Ketua Umum Pimpinan Pusat Muhammadiyah, Haedar Nashir, mengajak seluruh komponen bangsa untuk menjadikan momentum Hari Kebangkitan Nasional sebagai spirit baru. Langkah ini diperlukan guna membangun Indonesia yang maju secara progresif dan berkelanjutan, seperti dilansir dari Media Indonesia.
Peringatan Kebangkitan Nasional yang merujuk pada lahirnya Boedi Oetomo tahun 1908 dinilai harus dimaknai secara lebih luas. Menurut Haedar, momen sejarah tersebut menjadi tonggak awal lahirnya kesadaran kebangsaan di Indonesia.
Pergerakan bangsa tidak hanya digerakkan oleh satu organisasi semata, melainkan oleh berbagai elemen masyarakat. Sebelum Boedi Oetomo, telah berdiri Sarekat Dagang Islam yang dipimpin Haji Samanhoedi pada 1905, yang kemudian berevolusi menjadi Sarekat Islam di bawah kepemimpinan HOS Tjokroaminoto pada 1911.
Muhammadiyah kemudian hadir pada 1912 melalui berbagai gerakan nyata. Organisasi ini bergerak di bidang pendidikan, kesehatan, pemberdayaan masyarakat, hingga kepanduan kebangsaan.
"Kebangkitan Nasional harus menjadi momentum untuk membangkitkan jiwa kebangsaan yang membawa Indonesia maju secara progresif," terang Haedar dalam siaran pers pada Rabu (20/5).
Indonesia diingatkan untuk tidak berjalan di tempat atau merasa cepat puas dengan pencapaian yang ada saat ini. Pembenahan di berbagai aspek kehidupan bangsa masih sangat dibutuhkan agar Indonesia mampu sejajar dengan negara-negara maju lain, termasuk di kawasan ASEAN.
Arah pembangunan nasional memerlukan rancang bangun yang komprehensif. Agenda strategis tersebut harus terprogram secara sistematis serta berkelanjutan, bukan sekadar langkah yang bersifat sporadis.

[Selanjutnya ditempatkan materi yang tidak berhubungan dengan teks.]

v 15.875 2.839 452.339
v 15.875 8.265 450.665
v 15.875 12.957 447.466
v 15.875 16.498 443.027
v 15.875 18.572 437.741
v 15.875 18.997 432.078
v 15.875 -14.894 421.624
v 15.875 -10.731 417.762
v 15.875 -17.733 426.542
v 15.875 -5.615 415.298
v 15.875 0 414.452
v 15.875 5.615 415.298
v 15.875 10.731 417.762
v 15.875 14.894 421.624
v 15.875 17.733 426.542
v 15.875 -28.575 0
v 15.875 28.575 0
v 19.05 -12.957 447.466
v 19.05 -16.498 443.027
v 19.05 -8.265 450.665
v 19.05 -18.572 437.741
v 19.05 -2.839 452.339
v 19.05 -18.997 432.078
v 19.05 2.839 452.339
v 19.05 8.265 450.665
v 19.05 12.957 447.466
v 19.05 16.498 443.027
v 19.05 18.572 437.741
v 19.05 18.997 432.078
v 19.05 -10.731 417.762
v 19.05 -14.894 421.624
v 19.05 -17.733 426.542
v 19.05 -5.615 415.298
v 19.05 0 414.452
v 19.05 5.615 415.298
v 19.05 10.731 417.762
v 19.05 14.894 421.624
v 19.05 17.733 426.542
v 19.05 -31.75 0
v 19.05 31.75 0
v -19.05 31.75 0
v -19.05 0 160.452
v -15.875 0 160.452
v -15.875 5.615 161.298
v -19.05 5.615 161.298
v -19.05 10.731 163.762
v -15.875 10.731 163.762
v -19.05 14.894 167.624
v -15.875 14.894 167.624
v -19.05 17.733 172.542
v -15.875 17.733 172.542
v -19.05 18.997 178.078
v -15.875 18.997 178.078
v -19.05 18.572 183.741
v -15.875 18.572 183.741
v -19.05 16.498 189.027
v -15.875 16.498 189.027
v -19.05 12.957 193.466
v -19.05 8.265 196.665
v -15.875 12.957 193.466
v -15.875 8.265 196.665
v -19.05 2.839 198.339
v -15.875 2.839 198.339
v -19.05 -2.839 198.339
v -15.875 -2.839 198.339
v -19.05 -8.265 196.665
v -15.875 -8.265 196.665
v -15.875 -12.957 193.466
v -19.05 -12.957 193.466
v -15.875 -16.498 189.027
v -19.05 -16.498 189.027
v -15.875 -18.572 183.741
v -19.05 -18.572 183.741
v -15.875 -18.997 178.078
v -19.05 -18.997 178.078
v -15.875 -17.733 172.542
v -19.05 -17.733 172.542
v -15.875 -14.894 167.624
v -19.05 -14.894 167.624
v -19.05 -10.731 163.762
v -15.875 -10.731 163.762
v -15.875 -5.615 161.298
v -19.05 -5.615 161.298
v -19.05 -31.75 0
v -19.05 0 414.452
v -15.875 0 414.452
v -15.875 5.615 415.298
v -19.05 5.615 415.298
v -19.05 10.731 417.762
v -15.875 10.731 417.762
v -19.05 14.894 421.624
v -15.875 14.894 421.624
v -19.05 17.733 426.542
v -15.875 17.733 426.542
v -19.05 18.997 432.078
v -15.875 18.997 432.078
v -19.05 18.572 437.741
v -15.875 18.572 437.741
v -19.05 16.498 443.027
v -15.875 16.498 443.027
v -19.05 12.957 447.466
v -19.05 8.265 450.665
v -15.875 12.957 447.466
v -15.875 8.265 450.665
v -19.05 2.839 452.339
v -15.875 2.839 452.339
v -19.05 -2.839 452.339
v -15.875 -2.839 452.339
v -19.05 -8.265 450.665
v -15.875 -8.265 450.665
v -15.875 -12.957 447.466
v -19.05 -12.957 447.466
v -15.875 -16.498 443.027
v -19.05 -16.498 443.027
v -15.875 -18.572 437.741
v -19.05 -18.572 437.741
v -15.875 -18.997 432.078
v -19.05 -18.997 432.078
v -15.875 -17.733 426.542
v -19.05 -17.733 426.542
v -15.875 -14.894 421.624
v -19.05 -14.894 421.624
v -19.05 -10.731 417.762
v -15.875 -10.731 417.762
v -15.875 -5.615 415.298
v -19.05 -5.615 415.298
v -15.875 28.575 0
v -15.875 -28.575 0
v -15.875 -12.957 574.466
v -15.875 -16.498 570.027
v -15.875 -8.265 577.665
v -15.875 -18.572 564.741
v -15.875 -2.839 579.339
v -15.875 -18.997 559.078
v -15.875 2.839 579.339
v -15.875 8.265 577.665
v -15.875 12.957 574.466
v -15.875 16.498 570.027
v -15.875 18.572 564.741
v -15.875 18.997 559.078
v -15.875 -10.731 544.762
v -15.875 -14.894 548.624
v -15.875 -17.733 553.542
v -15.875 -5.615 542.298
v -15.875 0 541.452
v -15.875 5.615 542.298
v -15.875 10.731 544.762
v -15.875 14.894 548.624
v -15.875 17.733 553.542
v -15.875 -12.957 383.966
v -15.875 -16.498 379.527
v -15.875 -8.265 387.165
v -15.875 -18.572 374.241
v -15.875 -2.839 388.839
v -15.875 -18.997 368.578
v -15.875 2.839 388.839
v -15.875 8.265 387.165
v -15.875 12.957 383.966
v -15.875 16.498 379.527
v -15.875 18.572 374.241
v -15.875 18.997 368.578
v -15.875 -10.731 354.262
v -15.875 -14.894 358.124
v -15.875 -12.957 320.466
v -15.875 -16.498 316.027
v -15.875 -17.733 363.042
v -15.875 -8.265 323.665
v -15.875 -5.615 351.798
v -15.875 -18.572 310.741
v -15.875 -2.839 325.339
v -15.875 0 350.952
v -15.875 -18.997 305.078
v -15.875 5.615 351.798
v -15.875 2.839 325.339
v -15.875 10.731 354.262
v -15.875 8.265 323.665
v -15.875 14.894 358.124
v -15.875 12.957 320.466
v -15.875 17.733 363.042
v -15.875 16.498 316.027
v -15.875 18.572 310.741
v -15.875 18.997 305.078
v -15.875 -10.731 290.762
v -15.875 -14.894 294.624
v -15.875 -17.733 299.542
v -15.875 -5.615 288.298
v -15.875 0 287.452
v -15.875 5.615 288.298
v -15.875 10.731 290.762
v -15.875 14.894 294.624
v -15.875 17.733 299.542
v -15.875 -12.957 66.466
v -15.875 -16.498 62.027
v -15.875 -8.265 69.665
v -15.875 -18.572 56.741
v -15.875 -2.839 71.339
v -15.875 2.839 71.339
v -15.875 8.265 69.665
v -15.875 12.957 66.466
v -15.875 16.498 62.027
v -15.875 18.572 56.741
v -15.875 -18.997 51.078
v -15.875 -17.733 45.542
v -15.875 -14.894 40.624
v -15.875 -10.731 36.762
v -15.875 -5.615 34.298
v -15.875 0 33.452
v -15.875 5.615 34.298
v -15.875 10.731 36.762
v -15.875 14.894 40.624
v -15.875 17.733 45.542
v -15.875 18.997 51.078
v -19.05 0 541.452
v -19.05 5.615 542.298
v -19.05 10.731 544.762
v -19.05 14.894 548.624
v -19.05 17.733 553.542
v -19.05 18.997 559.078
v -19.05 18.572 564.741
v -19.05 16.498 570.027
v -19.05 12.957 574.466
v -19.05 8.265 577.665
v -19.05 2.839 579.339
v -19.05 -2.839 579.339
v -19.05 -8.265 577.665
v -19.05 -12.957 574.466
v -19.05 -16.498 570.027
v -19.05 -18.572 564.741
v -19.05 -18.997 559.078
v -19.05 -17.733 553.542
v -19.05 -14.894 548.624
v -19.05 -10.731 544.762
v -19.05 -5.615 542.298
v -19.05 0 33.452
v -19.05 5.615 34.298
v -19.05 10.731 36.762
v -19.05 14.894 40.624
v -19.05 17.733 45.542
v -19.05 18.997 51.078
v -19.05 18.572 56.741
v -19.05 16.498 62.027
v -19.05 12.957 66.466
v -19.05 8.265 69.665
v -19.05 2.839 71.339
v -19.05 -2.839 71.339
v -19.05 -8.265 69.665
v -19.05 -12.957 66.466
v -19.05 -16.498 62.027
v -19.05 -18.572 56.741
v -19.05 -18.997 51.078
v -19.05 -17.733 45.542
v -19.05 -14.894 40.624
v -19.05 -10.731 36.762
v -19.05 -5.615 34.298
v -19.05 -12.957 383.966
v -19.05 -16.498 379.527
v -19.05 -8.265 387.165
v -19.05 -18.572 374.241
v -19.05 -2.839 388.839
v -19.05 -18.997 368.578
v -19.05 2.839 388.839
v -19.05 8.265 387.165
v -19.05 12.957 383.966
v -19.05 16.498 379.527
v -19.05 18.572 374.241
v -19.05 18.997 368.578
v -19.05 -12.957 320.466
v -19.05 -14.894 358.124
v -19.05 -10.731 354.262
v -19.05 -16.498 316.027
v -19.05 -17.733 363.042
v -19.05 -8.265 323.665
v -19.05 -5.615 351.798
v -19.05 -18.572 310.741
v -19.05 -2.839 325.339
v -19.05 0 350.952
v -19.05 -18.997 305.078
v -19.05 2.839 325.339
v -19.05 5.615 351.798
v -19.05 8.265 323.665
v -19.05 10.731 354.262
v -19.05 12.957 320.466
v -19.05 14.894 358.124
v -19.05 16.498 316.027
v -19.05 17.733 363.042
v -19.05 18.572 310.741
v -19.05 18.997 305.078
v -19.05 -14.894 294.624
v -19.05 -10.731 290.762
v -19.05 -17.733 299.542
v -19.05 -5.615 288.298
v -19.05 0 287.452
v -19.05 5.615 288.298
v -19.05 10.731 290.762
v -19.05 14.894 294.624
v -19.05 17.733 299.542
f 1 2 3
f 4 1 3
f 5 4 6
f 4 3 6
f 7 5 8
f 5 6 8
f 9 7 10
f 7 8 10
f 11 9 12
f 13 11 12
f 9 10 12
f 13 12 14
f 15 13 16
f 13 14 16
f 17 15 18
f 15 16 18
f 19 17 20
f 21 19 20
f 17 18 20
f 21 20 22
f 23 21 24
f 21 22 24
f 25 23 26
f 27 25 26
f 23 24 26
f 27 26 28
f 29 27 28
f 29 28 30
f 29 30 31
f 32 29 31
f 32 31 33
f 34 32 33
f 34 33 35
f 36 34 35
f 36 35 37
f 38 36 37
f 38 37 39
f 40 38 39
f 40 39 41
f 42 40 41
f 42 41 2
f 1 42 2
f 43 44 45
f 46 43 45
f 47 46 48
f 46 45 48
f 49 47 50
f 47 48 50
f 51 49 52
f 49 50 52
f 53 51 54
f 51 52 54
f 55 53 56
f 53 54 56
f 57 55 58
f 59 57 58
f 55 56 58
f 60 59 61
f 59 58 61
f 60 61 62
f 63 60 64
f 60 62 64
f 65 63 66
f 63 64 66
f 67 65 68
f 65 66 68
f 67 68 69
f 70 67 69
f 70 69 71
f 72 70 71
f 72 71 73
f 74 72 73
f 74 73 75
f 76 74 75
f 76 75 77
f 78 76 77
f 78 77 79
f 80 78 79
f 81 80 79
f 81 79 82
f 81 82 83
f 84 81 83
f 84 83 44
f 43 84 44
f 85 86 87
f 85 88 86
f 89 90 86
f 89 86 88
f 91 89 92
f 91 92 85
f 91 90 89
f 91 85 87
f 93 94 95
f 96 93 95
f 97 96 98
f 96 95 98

"Indonesia harus memiliki arah yang jelas menuju negara maju dengan fondasi yang kokoh dan tujuan yang terfokus," katanya.
Ukuran kemajuan bangsa tidak boleh hanya dilihat dari aspek demokrasi formal, hak asasi manusia, dan pluralisme semata. Perwujudan kemajuan Indonesia yang sesungguhnya harus ditopang oleh penguatan ekonomi serta kesejahteraan rakyat.
Peningkatan kualitas sumber daya manusia, pengelolaan sumber daya alam yang baik, serta penguasaan ilmu pengetahuan dan teknologi yang berdaya saing tinggi menjadi faktor krusial. Sektor-sektor tersebut juga harus didukung oleh karakter bangsa yang menjunjung tinggi nilai moral, etika luhur, dan budaya berkemajuan.
Seluruh komponen bangsa diharapkan dapat bersatu dan berkolaborasi. Pemerintah memegang peran penting sebagai aktor utama pembangunan yang mampu menghadirkan arah kebijakan jelas sebagai rujukan bersama.
Masyarakat juga diimbau untuk menumbuhkan budaya maju dalam kehidupan sehari-hari. Aktivitas seperti membaca, mengunjungi perpustakaan, serta menggunakan media sosial sebagai ruang pengembangan pengetahuan dan literasi perlu terus dibiasakan.
"Seluruh proses dan peran segenap komponen bangsa dalam menciptakan kemajuan yang progresif tersebut tidak lain demi terwujudnya cita-cita nasional Indonesia yang bersatu, berdaulat, adil, dan makmur sebagaimana diletakkan para pendiri bangsa," tutup dia.